Listed entries section start
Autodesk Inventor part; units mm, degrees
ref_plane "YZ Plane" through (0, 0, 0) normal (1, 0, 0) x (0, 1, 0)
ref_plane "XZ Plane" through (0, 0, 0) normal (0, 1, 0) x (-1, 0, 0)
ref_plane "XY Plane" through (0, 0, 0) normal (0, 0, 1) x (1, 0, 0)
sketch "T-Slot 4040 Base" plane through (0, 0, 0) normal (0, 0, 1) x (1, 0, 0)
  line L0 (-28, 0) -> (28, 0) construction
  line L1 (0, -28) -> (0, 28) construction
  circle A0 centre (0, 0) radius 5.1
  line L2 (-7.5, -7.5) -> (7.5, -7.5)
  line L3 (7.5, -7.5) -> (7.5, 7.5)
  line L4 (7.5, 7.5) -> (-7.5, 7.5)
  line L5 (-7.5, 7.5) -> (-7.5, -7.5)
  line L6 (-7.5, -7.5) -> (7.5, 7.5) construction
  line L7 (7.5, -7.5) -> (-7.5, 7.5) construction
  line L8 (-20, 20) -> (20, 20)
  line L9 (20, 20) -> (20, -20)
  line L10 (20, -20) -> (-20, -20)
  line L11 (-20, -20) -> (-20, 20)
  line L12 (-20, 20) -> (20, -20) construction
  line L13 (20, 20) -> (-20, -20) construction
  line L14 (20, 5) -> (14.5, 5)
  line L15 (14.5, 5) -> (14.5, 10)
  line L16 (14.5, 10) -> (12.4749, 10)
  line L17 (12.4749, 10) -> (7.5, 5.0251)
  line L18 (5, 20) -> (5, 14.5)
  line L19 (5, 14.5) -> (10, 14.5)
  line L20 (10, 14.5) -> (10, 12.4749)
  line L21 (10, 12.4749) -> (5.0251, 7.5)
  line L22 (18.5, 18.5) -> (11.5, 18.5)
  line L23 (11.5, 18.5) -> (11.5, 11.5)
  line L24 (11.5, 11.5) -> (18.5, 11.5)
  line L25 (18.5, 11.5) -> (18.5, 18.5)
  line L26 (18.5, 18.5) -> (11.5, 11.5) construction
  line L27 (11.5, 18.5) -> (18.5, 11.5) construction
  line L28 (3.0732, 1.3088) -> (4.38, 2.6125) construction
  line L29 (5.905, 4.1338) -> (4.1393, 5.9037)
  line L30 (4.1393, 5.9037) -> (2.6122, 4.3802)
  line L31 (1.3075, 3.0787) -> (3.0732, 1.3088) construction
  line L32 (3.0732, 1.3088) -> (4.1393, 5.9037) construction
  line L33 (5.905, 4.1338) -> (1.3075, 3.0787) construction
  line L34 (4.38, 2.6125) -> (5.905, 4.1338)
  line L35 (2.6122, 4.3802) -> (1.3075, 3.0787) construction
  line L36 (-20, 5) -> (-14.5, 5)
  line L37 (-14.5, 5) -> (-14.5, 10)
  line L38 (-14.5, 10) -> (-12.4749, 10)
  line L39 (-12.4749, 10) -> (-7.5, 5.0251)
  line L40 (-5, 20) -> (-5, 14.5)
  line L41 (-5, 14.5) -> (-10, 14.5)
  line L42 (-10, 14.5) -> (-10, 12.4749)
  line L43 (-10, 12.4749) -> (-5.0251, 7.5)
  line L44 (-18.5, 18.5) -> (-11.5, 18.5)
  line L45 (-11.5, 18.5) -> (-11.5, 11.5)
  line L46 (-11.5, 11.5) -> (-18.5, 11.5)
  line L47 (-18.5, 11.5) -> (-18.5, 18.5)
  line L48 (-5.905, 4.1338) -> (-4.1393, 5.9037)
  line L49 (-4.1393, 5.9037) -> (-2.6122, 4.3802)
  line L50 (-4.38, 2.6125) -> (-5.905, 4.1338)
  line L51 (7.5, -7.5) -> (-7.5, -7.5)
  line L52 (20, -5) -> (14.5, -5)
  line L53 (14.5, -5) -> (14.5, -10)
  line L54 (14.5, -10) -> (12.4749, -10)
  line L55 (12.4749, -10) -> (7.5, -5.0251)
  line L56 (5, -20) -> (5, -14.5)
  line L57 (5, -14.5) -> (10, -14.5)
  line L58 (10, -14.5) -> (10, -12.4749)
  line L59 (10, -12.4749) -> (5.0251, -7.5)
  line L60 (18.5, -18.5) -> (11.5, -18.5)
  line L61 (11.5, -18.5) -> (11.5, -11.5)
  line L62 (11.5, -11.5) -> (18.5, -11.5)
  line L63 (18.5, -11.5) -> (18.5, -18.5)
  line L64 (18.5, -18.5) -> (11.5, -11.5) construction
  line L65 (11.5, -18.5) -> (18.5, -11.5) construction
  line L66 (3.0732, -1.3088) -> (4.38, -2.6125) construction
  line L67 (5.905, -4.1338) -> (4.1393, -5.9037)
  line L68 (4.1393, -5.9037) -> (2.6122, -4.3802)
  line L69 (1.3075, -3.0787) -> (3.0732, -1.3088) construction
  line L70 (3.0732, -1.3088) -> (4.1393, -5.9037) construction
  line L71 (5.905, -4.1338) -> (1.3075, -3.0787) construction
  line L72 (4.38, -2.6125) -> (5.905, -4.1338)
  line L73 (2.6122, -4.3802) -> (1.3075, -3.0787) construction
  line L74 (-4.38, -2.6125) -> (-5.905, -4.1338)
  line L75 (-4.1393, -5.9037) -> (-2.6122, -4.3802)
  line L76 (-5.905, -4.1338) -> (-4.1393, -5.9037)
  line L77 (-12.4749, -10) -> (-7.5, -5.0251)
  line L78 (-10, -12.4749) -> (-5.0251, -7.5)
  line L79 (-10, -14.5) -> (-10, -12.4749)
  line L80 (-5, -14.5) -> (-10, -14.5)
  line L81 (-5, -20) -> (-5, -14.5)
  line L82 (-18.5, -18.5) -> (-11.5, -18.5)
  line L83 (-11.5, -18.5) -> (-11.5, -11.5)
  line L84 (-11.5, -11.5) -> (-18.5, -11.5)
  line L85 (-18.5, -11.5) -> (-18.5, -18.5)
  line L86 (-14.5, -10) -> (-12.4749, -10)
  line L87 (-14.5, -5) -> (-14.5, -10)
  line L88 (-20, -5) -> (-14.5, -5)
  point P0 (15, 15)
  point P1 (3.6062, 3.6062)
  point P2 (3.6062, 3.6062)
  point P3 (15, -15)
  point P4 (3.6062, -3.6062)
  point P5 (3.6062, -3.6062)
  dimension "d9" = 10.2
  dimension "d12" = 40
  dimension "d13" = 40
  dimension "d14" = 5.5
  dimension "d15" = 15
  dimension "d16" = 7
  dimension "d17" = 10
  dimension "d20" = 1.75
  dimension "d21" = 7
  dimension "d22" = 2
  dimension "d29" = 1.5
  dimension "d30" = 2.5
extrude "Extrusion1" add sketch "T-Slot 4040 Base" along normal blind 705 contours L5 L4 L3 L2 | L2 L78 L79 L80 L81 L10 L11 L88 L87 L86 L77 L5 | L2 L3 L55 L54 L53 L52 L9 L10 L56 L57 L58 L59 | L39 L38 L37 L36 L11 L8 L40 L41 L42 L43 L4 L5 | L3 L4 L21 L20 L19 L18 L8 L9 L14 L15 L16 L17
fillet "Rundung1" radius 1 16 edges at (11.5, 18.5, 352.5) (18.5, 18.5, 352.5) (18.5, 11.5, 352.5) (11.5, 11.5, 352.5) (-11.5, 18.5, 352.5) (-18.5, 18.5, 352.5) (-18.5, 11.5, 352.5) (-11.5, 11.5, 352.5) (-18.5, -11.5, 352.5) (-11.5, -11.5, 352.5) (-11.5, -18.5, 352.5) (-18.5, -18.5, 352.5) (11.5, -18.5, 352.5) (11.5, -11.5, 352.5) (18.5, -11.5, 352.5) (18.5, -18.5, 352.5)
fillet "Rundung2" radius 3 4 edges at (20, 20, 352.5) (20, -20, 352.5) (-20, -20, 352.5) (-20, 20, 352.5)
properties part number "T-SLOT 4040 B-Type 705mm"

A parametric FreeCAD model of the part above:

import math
import FreeCAD as App
import Part
import Sketcher

V = App.Vector
Q = App.Units.Quantity


def edges_at(feature, points):
    """Names of the edges that pass closest to the given points."""
    edges = feature.Shape.Edges
    near = lambda p: min(range(len(edges)), key=lambda i: edges[i].distToShape(Part.Vertex(*p))[0])
    return sorted({f"Edge{near(p) + 1}" for p in points})

doc = App.newDocument("Part")
params = doc.addObject("Spreadsheet::Sheet", "Params")
for row, (alias, value) in enumerate([
    ("sketch1_radius", "5.1 mm"),
    ("sketch1_width", "15 mm"),
    ("sketch1_width2", "7 mm"),
    ("sketch1_width3", "5.5 mm"),
    ("sketch1_length", "2.5 mm"),
    ("pad1_length", "705 mm"),
    ("fillet_radius", "1 mm"),
    ("fillet2_radius", "3 mm"),
], start=1):
    params.set(f"A{row}", alias)
    params.set(f"B{row}", "=" + value)
    params.setAlias(f"B{row}", alias)

body = doc.addObject("PartDesign::Body", "Body")

# Sketch on XY plane
sketch1 = doc.addObject("Sketcher::SketchObject", "Sketch")
body.addObject(sketch1)
sketch1.AttachmentSupport = (doc.XY_Plane, [""])
sketch1.MapMode = "FlatFace"
sketch1.addGeometry(Part.LineSegment(V(-7.5, 5, 0), V(-7.5, -5, 0)), False)
sketch1.addGeometry(Part.LineSegment(V(-7.5, -5, 0), V(-12.5, -10, 0)), False)
sketch1.addGeometry(Part.LineSegment(V(-12.5, -10, 0), V(-14.5, -10, 0)), False)
sketch1.addGeometry(Part.LineSegment(V(-14.5, -10, 0), V(-14.5, -5, 0)), False)
sketch1.addGeometry(Part.LineSegment(V(-14.5, -5, 0), V(-20, -5, 0)), False)
sketch1.addGeometry(Part.LineSegment(V(-20, -5, 0), V(-20, -20, 0)), False)
sketch1.addGeometry(Part.LineSegment(V(-20, -20, 0), V(-5, -20, 0)), False)
sketch1.addGeometry(Part.LineSegment(V(-5, -20, 0), V(-5, -14.5, 0)), False)
sketch1.addGeometry(Part.LineSegment(V(-5, -14.5, 0), V(-10, -14.5, 0)), False)
sketch1.addGeometry(Part.LineSegment(V(-10, -14.5, 0), V(-10, -12.5, 0)), False)
sketch1.addGeometry(Part.LineSegment(V(-10, -12.5, 0), V(-5, -7.5, 0)), False)
sketch1.addGeometry(Part.LineSegment(V(-5, -7.5, 0), V(5, -7.5, 0)), False)
sketch1.addGeometry(Part.LineSegment(V(5, -7.5, 0), V(10, -12.5, 0)), False)
sketch1.addGeometry(Part.LineSegment(V(10, -12.5, 0), V(10, -14.5, 0)), False)
sketch1.addGeometry(Part.LineSegment(V(10, -14.5, 0), V(5, -14.5, 0)), False)
sketch1.addGeometry(Part.LineSegment(V(5, -14.5, 0), V(5, -20, 0)), False)
sketch1.addGeometry(Part.LineSegment(V(5, -20, 0), V(20, -20, 0)), False)
sketch1.addGeometry(Part.LineSegment(V(20, -20, 0), V(20, -5, 0)), False)
sketch1.addGeometry(Part.LineSegment(V(20, -5, 0), V(14.5, -5, 0)), False)
sketch1.addGeometry(Part.LineSegment(V(14.5, -5, 0), V(14.5, -10, 0)), False)
sketch1.addGeometry(Part.LineSegment(V(14.5, -10, 0), V(12.5, -10, 0)), False)
sketch1.addGeometry(Part.LineSegment(V(12.5, -10, 0), V(7.5, -5, 0)), False)
sketch1.addGeometry(Part.LineSegment(V(7.5, -5, 0), V(7.5, 5, 0)), False)
sketch1.addGeometry(Part.LineSegment(V(7.5, 5, 0), V(12.5, 10, 0)), False)
sketch1.addGeometry(Part.LineSegment(V(12.5, 10, 0), V(14.5, 10, 0)), False)
sketch1.addGeometry(Part.LineSegment(V(14.5, 10, 0), V(14.5, 5, 0)), False)
sketch1.addGeometry(Part.LineSegment(V(14.5, 5, 0), V(20, 5, 0)), False)
sketch1.addGeometry(Part.LineSegment(V(20, 5, 0), V(20, 20, 0)), False)
sketch1.addGeometry(Part.LineSegment(V(20, 20, 0), V(5, 20, 0)), False)
sketch1.addGeometry(Part.LineSegment(V(5, 20, 0), V(5, 14.5, 0)), False)
sketch1.addGeometry(Part.LineSegment(V(5, 14.5, 0), V(10, 14.5, 0)), False)
sketch1.addGeometry(Part.LineSegment(V(10, 14.5, 0), V(10, 12.5, 0)), False)
sketch1.addGeometry(Part.LineSegment(V(10, 12.5, 0), V(5, 7.5, 0)), False)
sketch1.addGeometry(Part.LineSegment(V(5, 7.5, 0), V(-5, 7.5, 0)), False)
Listed entries section end
Required action:
Wherever the line holding "line L20 (10, 14.5) -> (10, 12.4749)" falls in the entries above, copy exactly from it through the line holding "line L54 (14.5, -10) -> (12.4749, -10)", inclusive, and add nothing.

Solution to this task:
  line L20 (10, 14.5) -> (10, 12.4749)
  line L21 (10, 12.4749) -> (5.0251, 7.5)
  line L22 (18.5, 18.5) -> (11.5, 18.5)
  line L23 (11.5, 18.5) -> (11.5, 11.5)
  line L24 (11.5, 11.5) -> (18.5, 11.5)
  line L25 (18.5, 11.5) -> (18.5, 18.5)
  line L26 (18.5, 18.5) -> (11.5, 11.5) construction
  line L27 (11.5, 18.5) -> (18.5, 11.5) construction
  line L28 (3.0732, 1.3088) -> (4.38, 2.6125) construction
  line L29 (5.905, 4.1338) -> (4.1393, 5.9037)
  line L30 (4.1393, 5.9037) -> (2.6122, 4.3802)
  line L31 (1.3075, 3.0787) -> (3.0732, 1.3088) construction
  line L32 (3.0732, 1.3088) -> (4.1393, 5.9037) construction
  line L33 (5.905, 4.1338) -> (1.3075, 3.0787) construction
  line L34 (4.38, 2.6125) -> (5.905, 4.1338)
  line L35 (2.6122, 4.3802) -> (1.3075, 3.0787) construction
  line L36 (-20, 5) -> (-14.5, 5)
  line L37 (-14.5, 5) -> (-14.5, 10)
  line L38 (-14.5, 10) -> (-12.4749, 10)
  line L39 (-12.4749, 10) -> (-7.5, 5.0251)
  line L40 (-5, 20) -> (-5, 14.5)
  line L41 (-5, 14.5) -> (-10, 14.5)
  line L42 (-10, 14.5) -> (-10, 12.4749)
  line L43 (-10, 12.4749) -> (-5.0251, 7.5)
  line L44 (-18.5, 18.5) -> (-11.5, 18.5)
  line L45 (-11.5, 18.5) -> (-11.5, 11.5)
  line L46 (-11.5, 11.5) -> (-18.5, 11.5)
  line L47 (-18.5, 11.5) -> (-18.5, 18.5)
  line L48 (-5.905, 4.1338) -> (-4.1393, 5.9037)
  line L49 (-4.1393, 5.9037) -> (-2.6122, 4.3802)
  line L50 (-4.38, 2.6125) -> (-5.905, 4.1338)
  line L51 (7.5, -7.5) -> (-7.5, -7.5)
  line L52 (20, -5) -> (14.5, -5)
  line L53 (14.5, -5) -> (14.5, -10)
  line L54 (14.5, -10) -> (12.4749, -10)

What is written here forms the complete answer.